» Exercise material:
______

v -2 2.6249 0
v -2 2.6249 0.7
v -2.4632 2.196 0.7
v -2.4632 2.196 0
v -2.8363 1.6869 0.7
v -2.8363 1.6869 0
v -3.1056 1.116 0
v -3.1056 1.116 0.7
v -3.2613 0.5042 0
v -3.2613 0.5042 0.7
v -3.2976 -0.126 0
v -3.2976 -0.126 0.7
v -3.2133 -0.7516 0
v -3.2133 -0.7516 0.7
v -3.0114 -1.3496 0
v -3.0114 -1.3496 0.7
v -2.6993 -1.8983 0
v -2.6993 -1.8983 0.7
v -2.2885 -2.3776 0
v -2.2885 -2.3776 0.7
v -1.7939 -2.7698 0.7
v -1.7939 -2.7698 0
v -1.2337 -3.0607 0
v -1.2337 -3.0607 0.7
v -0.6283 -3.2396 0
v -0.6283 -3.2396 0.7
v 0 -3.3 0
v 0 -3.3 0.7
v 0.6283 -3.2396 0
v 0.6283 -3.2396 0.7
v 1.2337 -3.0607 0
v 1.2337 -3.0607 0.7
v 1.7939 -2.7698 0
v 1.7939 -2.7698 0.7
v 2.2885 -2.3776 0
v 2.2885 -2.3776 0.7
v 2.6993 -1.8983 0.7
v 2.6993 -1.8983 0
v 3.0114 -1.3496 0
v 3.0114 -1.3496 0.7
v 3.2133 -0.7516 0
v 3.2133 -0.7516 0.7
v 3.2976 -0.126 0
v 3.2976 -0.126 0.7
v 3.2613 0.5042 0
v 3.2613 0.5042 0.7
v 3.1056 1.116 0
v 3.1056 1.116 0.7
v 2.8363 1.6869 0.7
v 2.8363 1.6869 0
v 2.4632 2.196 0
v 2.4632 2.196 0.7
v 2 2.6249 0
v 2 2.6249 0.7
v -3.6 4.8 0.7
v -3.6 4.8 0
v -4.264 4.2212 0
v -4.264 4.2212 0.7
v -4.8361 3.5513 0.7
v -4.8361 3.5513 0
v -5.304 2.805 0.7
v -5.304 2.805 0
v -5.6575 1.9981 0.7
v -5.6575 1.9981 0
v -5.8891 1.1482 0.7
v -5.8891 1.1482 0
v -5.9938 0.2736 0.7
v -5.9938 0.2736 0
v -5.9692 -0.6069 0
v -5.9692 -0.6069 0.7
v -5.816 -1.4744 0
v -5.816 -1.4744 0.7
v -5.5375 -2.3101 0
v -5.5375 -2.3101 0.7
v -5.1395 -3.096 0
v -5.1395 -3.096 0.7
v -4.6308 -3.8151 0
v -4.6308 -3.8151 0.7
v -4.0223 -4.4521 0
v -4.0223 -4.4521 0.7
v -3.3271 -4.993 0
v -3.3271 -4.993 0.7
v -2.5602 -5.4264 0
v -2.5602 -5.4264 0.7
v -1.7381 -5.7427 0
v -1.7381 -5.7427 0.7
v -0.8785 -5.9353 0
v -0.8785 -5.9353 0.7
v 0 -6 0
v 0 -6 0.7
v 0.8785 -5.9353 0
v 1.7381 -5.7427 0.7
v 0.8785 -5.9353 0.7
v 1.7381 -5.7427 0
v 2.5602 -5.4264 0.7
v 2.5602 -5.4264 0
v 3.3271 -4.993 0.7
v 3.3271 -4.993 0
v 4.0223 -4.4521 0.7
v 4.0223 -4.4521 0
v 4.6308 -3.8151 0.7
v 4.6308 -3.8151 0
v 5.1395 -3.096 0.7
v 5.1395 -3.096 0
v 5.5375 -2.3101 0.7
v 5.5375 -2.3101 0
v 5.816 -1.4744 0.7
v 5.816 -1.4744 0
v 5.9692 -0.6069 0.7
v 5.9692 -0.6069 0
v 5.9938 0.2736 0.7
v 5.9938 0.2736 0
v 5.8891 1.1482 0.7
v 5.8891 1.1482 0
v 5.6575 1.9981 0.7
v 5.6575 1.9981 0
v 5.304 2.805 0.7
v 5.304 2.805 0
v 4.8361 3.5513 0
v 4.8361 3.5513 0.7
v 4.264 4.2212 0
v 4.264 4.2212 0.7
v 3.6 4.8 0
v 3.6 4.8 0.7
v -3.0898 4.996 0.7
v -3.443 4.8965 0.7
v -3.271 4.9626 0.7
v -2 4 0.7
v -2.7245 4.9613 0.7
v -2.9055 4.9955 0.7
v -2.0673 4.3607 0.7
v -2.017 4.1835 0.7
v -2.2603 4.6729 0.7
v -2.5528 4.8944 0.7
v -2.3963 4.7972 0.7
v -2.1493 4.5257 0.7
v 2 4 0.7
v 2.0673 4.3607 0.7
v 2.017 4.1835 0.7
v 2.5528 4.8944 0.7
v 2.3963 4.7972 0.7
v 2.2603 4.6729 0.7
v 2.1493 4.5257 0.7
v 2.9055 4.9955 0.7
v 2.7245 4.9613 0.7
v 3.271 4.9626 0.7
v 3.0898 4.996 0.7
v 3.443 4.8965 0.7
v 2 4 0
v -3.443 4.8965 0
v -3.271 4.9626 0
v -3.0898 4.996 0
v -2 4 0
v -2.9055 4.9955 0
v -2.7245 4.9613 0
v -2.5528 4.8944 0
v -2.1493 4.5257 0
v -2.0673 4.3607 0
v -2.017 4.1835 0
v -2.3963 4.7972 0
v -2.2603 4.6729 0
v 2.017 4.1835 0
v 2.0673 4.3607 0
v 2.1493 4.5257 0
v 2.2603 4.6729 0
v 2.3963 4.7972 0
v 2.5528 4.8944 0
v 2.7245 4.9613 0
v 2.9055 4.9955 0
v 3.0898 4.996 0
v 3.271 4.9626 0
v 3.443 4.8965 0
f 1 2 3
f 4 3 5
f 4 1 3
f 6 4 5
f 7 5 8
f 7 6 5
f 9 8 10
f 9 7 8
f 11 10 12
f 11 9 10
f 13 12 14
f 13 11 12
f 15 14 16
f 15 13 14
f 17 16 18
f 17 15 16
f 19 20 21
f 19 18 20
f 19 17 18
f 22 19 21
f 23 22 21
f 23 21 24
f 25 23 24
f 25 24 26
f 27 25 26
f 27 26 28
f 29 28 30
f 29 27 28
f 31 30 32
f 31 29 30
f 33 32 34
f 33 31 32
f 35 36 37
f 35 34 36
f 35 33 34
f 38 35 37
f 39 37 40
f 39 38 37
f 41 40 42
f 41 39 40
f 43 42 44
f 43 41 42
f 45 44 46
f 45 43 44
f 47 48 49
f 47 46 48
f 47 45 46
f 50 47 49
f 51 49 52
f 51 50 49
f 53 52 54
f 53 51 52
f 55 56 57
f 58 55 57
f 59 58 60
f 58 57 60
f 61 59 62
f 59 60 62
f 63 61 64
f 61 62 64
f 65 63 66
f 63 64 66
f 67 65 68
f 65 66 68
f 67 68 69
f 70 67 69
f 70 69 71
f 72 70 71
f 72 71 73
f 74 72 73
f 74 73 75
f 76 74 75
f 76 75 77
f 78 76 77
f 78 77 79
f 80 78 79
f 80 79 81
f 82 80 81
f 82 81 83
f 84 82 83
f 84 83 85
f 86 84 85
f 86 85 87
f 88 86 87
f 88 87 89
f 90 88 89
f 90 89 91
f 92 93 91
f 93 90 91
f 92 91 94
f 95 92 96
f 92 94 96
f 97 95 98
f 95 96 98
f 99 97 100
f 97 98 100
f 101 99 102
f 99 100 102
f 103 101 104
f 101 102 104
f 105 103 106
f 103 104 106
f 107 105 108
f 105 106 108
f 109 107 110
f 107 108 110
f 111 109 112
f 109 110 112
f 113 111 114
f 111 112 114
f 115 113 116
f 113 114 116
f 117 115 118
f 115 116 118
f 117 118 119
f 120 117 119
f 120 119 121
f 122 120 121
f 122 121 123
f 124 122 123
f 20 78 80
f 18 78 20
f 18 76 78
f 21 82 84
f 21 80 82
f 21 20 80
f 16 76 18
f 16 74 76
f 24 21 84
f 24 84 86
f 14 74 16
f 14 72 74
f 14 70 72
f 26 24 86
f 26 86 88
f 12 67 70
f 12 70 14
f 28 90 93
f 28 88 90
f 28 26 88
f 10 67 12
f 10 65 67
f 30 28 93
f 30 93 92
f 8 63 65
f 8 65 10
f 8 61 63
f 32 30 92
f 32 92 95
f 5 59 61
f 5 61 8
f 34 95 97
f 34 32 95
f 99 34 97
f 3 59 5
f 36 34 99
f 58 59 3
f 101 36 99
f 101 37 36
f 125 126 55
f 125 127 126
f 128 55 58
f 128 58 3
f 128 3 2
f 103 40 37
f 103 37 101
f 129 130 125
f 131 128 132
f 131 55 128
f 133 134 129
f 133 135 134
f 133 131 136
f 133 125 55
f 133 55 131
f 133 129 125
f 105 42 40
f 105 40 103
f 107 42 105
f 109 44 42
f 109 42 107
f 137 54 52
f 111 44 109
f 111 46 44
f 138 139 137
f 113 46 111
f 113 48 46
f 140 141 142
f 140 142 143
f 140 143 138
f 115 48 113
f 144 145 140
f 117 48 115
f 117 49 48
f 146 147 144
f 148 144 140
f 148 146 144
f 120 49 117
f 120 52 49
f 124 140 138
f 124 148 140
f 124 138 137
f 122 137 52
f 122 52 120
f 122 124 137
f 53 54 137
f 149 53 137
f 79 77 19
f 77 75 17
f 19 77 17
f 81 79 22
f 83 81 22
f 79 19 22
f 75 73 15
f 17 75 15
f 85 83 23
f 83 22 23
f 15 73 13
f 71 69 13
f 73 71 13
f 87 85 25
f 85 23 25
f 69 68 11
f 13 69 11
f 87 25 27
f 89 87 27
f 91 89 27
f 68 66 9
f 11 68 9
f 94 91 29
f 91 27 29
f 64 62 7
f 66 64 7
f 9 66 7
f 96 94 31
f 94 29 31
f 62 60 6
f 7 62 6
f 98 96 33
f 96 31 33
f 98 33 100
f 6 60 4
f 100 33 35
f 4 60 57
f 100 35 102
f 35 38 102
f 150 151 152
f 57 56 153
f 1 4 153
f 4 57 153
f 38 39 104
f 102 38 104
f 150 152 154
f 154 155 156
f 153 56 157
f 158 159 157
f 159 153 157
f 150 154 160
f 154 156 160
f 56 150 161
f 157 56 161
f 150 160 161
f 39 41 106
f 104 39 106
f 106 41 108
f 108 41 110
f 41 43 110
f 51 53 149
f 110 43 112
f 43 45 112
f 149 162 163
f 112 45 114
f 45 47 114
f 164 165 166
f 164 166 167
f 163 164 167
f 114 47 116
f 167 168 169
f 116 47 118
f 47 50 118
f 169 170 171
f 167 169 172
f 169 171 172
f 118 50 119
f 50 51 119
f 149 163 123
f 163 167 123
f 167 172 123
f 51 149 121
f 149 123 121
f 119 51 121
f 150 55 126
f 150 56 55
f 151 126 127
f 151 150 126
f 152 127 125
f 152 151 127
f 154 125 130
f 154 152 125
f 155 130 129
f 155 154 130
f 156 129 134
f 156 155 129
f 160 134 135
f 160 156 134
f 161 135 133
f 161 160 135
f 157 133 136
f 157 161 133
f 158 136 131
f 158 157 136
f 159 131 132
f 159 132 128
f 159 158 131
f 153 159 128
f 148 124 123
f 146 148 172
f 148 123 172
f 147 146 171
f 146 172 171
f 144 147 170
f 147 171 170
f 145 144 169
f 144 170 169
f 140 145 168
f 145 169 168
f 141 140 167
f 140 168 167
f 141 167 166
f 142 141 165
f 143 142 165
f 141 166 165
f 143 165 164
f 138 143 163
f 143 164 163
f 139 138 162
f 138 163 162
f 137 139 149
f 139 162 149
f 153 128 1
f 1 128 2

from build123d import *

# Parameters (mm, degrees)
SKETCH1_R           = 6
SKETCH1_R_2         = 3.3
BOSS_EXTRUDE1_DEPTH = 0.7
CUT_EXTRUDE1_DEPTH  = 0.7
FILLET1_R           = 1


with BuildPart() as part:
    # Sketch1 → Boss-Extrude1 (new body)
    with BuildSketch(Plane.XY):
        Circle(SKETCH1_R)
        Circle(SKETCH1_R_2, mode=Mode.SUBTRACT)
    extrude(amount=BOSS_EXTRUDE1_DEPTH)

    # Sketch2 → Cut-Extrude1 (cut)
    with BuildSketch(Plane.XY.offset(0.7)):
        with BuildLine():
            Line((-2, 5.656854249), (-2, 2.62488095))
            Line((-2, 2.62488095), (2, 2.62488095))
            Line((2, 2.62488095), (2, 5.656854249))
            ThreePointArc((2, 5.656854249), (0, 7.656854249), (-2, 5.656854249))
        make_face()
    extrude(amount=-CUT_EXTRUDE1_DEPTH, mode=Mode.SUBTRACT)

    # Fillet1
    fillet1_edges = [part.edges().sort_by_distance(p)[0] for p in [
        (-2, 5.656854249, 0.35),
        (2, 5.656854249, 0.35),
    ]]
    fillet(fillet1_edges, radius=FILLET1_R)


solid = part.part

______

» Exercise objective: Write out a verbatim copy of the data, beginning with its first line and ending with the line that contains "v -2.2885 -2.3776 0.7".

» Answer section:
v -2 2.6249 0
v -2 2.6249 0.7
v -2.4632 2.196 0.7
v -2.4632 2.196 0
v -2.8363 1.6869 0.7
v -2.8363 1.6869 0
v -3.1056 1.116 0
v -3.1056 1.116 0.7
v -3.2613 0.5042 0
v -3.2613 0.5042 0.7
v -3.2976 -0.126 0
v -3.2976 -0.126 0.7
v -3.2133 -0.7516 0
v -3.2133 -0.7516 0.7
v -3.0114 -1.3496 0
v -3.0114 -1.3496 0.7
v -2.6993 -1.8983 0
v -2.6993 -1.8983 0.7
v -2.2885 -2.3776 0
v -2.2885 -2.3776 0.7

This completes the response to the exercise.